Product Law of Logarithms


$\large \log_{b} (m \times n)$ $\large \,=\,$ $\large \log_{b} m + \log_{b} n$


$\large m$ and $\large n$ are two variables. On the basis of another variable $\large b$, the values of both $\large m$ and $\large n$ are written as $\large b^x$ and $\large b^y$ in exponential notation.

$\large b^x = m \,\,\,$ and $\,\,\, \large b^y = n$

Step: 1

The exponential relations can be written in logarithmic form as per the relation between exponential and logarithmic operations.

$(1) \,\,\,\,\,\,$ $\large b^x = m$ $\,\, \large \Leftrightarrow \,\,$ $\large \log_{b} m = x$

$(2) \,\,\,\,\,\,$ $\large b^y = n$ $\,\, \large \Leftrightarrow \,\,$ $\large \log_{b} n = y$

Step: 2

Multiply both variables $\large m$ and $\large n$ to obtain product of them.

$\large m \times n = b^x \times b^y$

According to the product of exponents, the product of two exponential terms having same base can be written as follows.

$\implies \large m \times n = b^{(x+y)}$

The product of $\large m$ and $\large n$ is represented as $m.n$ or simply, $mn$ in mathematics.

$\implies \large m.n = b^{(x+y)}$

$\implies \large mn = b^{(x+y)}$

Step: 3

Take $\large s = x+y$ and $\large p = mn$. Now, write the expression in terms of $s$ and $p$.

$\implies \large p = b^{\displaystyle s}$

Now express the expression in logarithmic form.

$\implies \large \log_{\displaystyle b} p = s$

Now replace the actual values of literals $\large s$ and $\large p$.
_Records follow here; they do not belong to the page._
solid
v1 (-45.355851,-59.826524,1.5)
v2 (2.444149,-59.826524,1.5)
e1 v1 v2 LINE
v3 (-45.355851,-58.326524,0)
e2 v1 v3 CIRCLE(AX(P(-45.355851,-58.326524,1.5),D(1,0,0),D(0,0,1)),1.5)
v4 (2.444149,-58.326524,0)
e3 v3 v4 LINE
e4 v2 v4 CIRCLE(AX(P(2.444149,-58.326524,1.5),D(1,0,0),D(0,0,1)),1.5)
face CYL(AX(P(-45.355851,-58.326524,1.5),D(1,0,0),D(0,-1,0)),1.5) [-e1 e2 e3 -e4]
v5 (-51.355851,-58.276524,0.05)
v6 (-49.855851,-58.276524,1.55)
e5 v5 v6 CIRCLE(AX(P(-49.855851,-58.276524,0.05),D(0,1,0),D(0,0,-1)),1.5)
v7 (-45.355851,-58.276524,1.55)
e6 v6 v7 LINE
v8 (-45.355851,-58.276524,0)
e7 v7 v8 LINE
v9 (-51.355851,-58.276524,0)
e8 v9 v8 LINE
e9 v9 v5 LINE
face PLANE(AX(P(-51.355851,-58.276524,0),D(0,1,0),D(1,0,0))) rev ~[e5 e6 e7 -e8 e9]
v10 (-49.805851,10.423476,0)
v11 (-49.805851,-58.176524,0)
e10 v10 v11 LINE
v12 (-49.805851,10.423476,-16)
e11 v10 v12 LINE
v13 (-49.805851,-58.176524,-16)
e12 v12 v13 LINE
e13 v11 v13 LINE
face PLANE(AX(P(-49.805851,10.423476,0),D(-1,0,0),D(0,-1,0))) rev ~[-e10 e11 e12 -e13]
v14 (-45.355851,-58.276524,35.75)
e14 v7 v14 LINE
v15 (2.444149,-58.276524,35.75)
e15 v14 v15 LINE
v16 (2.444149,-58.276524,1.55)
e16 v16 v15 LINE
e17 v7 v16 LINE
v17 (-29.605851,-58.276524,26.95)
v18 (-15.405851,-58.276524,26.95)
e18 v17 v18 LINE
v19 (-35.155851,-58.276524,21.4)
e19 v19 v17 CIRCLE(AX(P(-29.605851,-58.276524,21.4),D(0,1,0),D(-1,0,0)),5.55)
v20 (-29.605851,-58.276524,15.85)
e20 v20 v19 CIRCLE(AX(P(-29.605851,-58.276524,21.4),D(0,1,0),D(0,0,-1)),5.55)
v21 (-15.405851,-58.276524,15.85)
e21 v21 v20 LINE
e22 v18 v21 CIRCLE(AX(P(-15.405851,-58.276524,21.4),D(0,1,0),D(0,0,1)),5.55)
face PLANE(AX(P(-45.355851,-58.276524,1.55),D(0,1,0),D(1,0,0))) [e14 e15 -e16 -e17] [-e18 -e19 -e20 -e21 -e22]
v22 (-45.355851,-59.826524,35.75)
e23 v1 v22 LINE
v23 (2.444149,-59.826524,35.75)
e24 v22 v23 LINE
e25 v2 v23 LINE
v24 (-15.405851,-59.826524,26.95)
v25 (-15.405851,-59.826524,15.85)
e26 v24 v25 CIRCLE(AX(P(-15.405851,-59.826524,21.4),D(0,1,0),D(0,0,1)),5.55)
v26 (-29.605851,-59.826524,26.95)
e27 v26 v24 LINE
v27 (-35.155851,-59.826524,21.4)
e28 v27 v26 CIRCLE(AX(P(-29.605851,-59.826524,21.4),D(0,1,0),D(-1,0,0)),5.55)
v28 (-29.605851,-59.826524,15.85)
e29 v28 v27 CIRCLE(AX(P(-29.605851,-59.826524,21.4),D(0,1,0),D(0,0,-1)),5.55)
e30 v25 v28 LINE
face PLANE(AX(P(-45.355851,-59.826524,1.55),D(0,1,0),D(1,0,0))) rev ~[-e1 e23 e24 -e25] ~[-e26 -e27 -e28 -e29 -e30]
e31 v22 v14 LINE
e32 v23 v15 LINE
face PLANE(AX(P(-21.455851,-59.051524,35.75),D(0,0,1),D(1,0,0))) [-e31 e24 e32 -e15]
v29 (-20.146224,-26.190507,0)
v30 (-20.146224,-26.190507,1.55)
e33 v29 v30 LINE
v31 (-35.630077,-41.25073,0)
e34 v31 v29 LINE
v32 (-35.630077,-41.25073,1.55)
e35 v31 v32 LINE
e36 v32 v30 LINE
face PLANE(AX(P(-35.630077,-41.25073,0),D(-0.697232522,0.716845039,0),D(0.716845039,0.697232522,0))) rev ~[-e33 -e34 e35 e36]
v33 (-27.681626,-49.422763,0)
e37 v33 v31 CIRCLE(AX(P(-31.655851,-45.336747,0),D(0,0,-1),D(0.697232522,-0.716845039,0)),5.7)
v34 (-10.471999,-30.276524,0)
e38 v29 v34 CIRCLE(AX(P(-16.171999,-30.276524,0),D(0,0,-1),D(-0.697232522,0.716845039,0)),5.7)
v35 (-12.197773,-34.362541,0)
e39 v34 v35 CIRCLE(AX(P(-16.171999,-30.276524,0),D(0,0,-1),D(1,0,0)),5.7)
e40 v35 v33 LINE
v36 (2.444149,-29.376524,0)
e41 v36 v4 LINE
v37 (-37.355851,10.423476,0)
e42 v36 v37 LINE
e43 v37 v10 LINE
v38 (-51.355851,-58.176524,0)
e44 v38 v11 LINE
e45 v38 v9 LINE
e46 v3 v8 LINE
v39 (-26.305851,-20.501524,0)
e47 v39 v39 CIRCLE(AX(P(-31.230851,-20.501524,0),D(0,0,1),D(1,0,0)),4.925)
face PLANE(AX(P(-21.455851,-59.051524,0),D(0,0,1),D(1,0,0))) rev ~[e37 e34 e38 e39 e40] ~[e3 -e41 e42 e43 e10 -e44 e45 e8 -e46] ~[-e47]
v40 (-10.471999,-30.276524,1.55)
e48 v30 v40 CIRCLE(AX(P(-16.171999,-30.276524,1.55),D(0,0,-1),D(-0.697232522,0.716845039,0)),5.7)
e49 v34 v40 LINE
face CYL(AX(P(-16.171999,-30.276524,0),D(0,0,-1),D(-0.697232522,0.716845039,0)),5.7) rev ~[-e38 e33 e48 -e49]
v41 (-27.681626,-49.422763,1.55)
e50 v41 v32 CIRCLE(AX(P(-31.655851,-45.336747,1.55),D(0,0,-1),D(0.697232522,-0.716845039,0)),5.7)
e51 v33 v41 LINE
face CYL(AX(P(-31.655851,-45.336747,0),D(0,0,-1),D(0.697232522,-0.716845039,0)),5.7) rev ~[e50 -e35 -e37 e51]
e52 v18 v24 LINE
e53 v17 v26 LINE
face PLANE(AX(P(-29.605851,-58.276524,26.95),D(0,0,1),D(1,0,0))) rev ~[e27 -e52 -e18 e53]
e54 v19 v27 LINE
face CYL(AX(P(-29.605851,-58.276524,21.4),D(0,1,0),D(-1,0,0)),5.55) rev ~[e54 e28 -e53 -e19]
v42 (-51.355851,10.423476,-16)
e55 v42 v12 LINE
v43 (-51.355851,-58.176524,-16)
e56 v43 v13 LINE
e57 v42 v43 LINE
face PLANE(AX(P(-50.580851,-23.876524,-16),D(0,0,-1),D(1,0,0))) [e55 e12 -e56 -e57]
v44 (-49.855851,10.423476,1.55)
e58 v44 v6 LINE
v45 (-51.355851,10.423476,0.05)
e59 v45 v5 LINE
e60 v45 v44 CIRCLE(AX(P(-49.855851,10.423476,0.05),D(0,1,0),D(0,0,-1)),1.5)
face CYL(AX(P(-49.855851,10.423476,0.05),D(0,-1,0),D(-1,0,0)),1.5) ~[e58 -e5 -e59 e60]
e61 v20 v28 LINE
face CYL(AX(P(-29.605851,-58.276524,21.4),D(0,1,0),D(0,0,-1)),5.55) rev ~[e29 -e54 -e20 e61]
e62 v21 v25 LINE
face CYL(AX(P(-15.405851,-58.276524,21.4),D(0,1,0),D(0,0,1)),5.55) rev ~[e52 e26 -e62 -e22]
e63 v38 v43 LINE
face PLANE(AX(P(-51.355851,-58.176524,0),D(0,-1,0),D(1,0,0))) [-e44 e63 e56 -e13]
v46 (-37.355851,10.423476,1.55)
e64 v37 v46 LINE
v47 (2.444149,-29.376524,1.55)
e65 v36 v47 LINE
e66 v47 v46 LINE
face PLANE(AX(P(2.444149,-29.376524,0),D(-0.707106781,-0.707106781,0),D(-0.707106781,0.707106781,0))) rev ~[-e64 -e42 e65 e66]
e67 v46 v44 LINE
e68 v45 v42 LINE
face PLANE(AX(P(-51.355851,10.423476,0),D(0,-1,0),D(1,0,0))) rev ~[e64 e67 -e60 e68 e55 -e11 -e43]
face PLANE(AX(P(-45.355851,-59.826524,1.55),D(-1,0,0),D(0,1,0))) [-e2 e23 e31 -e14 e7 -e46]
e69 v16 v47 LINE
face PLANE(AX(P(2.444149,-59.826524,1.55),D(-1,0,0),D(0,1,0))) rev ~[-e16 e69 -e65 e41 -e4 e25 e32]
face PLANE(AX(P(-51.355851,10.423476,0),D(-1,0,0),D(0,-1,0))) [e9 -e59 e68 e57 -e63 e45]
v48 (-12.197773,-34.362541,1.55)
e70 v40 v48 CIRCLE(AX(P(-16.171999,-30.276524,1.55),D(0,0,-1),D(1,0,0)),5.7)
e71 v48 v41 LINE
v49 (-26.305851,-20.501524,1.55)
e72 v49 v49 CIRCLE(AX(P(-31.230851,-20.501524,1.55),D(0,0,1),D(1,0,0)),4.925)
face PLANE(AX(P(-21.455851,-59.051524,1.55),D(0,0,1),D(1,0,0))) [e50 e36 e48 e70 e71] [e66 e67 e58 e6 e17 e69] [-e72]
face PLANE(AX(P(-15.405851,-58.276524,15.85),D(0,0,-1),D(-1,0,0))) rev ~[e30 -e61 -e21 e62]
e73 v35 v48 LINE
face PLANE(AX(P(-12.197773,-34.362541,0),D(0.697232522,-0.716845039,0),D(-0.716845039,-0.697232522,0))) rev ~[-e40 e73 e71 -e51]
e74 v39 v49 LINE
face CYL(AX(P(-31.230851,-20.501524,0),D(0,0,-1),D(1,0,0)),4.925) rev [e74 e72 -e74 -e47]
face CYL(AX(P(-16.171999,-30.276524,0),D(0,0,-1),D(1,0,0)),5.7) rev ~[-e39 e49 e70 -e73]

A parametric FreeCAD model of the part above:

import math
import FreeCAD as App
import Part
import Sketcher
from FreeCAD import Vector
Q = App.Units.Quantity


def edges_at(feature, points):
    """Names of the edges that pass closest to the given points."""
    edges = feature.Shape.Edges
    near = lambda p: min(range(len(edges)), key=lambda i: edges[i].distToShape(Part.Vertex(*p))[0])
    return sorted({f"Edge{near(p) + 1}" for p in points})

doc = App.newDocument("Part")
body = doc.addObject("PartDesign::Body", "Body")

sketch1 = body.newObject("Sketcher::SketchObject", "Sketch")
sketch1.AttachmentSupport = (doc.getObject("XY_Plane"), [""])
sketch1.MapMode = "FlatFace"
sketch1.addGeometry([
    Part.LineSegment(Vector(-51.355851, 10.423476, 0), Vector(-51.355851, -58.276524, 0)),
    Part.LineSegment(Vector(-51.355851, -58.276524, 0), Vector(2.444149, -58.276524, 0)),
    Part.LineSegment(Vector(2.444149, -58.276524, 0), Vector(2.444149, -29.376524, 0)),
    Part.LineSegment(Vector(2.444149, -29.376524, 0), Vector(-37.355851, 10.423476, 0)),
    Part.LineSegment(Vector(-37.355851, 10.423476, 0), Vector(-51.355851, 10.423476, 0)),
    Part.LineSegment(Vector(-12.197773, -34.362541, 0), Vector(-27.681626, -49.422763, 0)),
    Part.ArcOfCircle(Part.Circle(Vector(-31.655851, -45.336747, 0), Vector(0, 0, 1), 5.7), math.radians(134.205388), math.radians(314.205388)),
    Part.LineSegment(Vector(-35.630077, -41.25073, 0), Vector(-20.146224, -26.190507, 0)),
    Part.ArcOfCircle(Part.Circle(Vector(-16.171999, -30.276524, 0), Vector(0, 0, 1), 5.7), math.radians(0), math.radians(134.205388)),
    Part.ArcOfCircle(Part.Circle(Vector(-16.171999, -30.276524, 0), Vector(0, 0, 1), 5.7), math.radians(-45.794612), math.radians(0)),
    Part.Circle(Vector(-31.230851, -20.501524, 0), Vector(0, 0, 1), 4.925),
], False)
sketch1.addConstraint([
    Sketcher.Constraint("Coincident", 0, 2, 1, 1),
    Sketcher.Constraint("Coincident", 1, 2, 2, 1),
    Sketcher.Constraint("Coincident", 2, 2, 3, 1),
    Sketcher.Constraint("Coincident", 3, 2, 4, 1),
    Sketcher.Constraint("Coincident", 4, 2, 0, 1),
    Sketcher.Constraint("Tangent", 5, 2, 6, 2),
    Sketcher.Constraint("Tangent", 6, 1, 7, 1),
    Sketcher.Constraint("Tangent", 7, 2, 8, 2),
    Sketcher.Constraint("Tangent", 8, 1, 9, 2),
    Sketcher.Constraint("Tangent", 9, 1, 5, 1),
    Sketcher.Constraint("Vertical", 0),
    Sketcher.Constraint("Horizontal", 1),
    Sketcher.Constraint("Vertical", 2),
    Sketcher.Constraint("Horizontal", 4),
    Sketcher.Constraint("Equal", 6, 8),
    Sketcher.Constraint("Equal", 8, 9),
    Sketcher.Constraint("Horizontal", 9, 3, 8, 1),
    Sketcher.Constraint("Radius", 6, Q("5.7 mm")),
    Sketcher.Constraint("Diameter", 10, Q("9.85 mm")),
    Sketcher.Constraint("DistanceX", 4, 2, 4, 1, Q("14 mm")),
    Sketcher.Constraint("Angle", 3, Q("135 deg")),
    Sketcher.Constraint("DistanceX", 1, 1, 1, 2, Q("53.8 mm")),
    Sketcher.Constraint("DistanceY", 0, 2, 0, 1, Q("68.7 mm")),
    Sketcher.Constraint("DistanceY", 0, 2, 8, 3, Q("28 mm")),
    Sketcher.Constraint("Distance", 5, Q("21.6 mm")),
    Sketcher.Constraint("DistanceX", 0, 2, 6, 3, Q("19.7 mm")),
    Sketcher.Constraint("DistanceX", 8, 3, -1, 1, Q("16.171999 mm")),
    Sketcher.Constraint("DistanceY", 8, 3, 10, 3, Q("9.775 mm")),
    Sketcher.Constraint("DistanceX", 6, 3, 10, 3, Q("0.425 mm")),
    Sketcher.Constraint("DistanceX", 6, 3, -1, 1, Q("31.655851 mm")),
    Sketcher.Constraint("DistanceY", 6, 1, -1, 1, Q("41.25073 mm")),
])
pad1 = body.newObject("PartDesign::Pad", "Pad")
pad1.Profile = sketch1
pad1.Length = 1.55

sketch2 = body.newObject("Sketcher::SketchObject", "Sketch001")
sketch2.AttachmentSupport = (doc.getObject("XY_Plane"), [""])
sketch2.MapMode = "FlatFace"
sketch2.addGeometry([
    Part.LineSegment(Vector(-51.355851, -58.176524, 0), Vector(-51.355851, 10.423476, 0)),
    Part.LineSegment(Vector(-51.355851, 10.423476, 0), Vector(-49.805851, 10.423476, 0)),
    Part.LineSegment(Vector(-49.805851, 10.423476, 0), Vector(-49.805851, -58.176524, 0)),
    Part.LineSegment(Vector(-49.805851, -58.176524, 0), Vector(-51.355851, -58.176524, 0)),
], False)
sketch2.addConstraint([
    Sketcher.Constraint("Coincident", 0, 2, 1, 1),
    Sketcher.Constraint("Coincident", 1, 2, 2, 1),
    Sketcher.Constraint("Coincident", 2, 2, 3, 1),
    Sketcher.Constraint("Coincident", 3, 2, 0, 1),
    Sketcher.Constraint("Vertical", 0),
    Sketcher.Constraint("Horizontal", 1),
    Sketcher.Constraint("Vertical", 2),
    Sketcher.Constraint("Horizontal", 3),
    Sketcher.Constraint("DistanceY", 0, 1, 0, 2, Q("68.6 mm")),
    Sketcher.Constraint("DistanceX", 1, 1, 1, 2, Q("1.55 mm")),
    Sketcher.Constraint("DistanceX", 0, 2, -1, 1, Q("51.355851 mm")),
    Sketcher.Constraint("DistanceY", -1, 1, 0, 2, Q("10.423476 mm")),
])
pad2 = body.newObject("PartDesign::Pad", "Pad001")
pad2.Profile = sketch2
pad2.Length = 16
pad2.Reversed = True

sketch3 = body.newObject("Sketcher::SketchObject", "Sketch002")
sketch3.AttachmentSupport = (doc.getObject("XY_Plane"), [""])
sketch3.MapMode = "FlatFace"
sketch3.AttachmentOffset = App.Placement(Vector(0, 0, 1.55), App.Rotation())
sketch3.addGeometry([
    Part.LineSegment(Vector(-45.355851, -58.276524, 0), Vector(-45.355851, -59.826524, 0)),
    Part.LineSegment(Vector(-45.355851, -59.826524, 0), Vector(2.444149, -59.826524, 0)),
    Part.LineSegment(Vector(2.444149, -59.826524, 0), Vector(2.444149, -58.276524, 0)),
    Part.LineSegment(Vector(2.444149, -58.276524, 0), Vector(-45.355851, -58.276524, 0)),
], False)
sketch3.addConstraint([
    Sketcher.Constraint("Coincident", 0, 2, 1, 1),
    Sketcher.Constraint("Coincident", 1, 2, 2, 1),
    Sketcher.Constraint("Coincident", 2, 2, 3, 1),
    Sketcher.Constraint("Coincident", 3, 2, 0, 1),
    Sketcher.Constraint("Vertical", 0),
$\implies \large \log_{b} (mn) = x+y$

Step: 4

According to step one, $\large x = \log_{b} m$ and $\large y = \log_{b} n$. Replace, $\large x$ and $\large y$ in above logarithmic equation.

$\therefore \,\,\,\,\,\,$ $\large \log_{b} (mn)$ $\large =$ $\large \log_{b} m +\log_{b} n$

Therefore, it is proved that the logarithm of a product of two numbers is transformed as the sum of logarithms of each number. It can also be used in reverse operation.

The property of the logarithm is in product form. Hence, the logarithmic identity is called as the product rule of logarithm.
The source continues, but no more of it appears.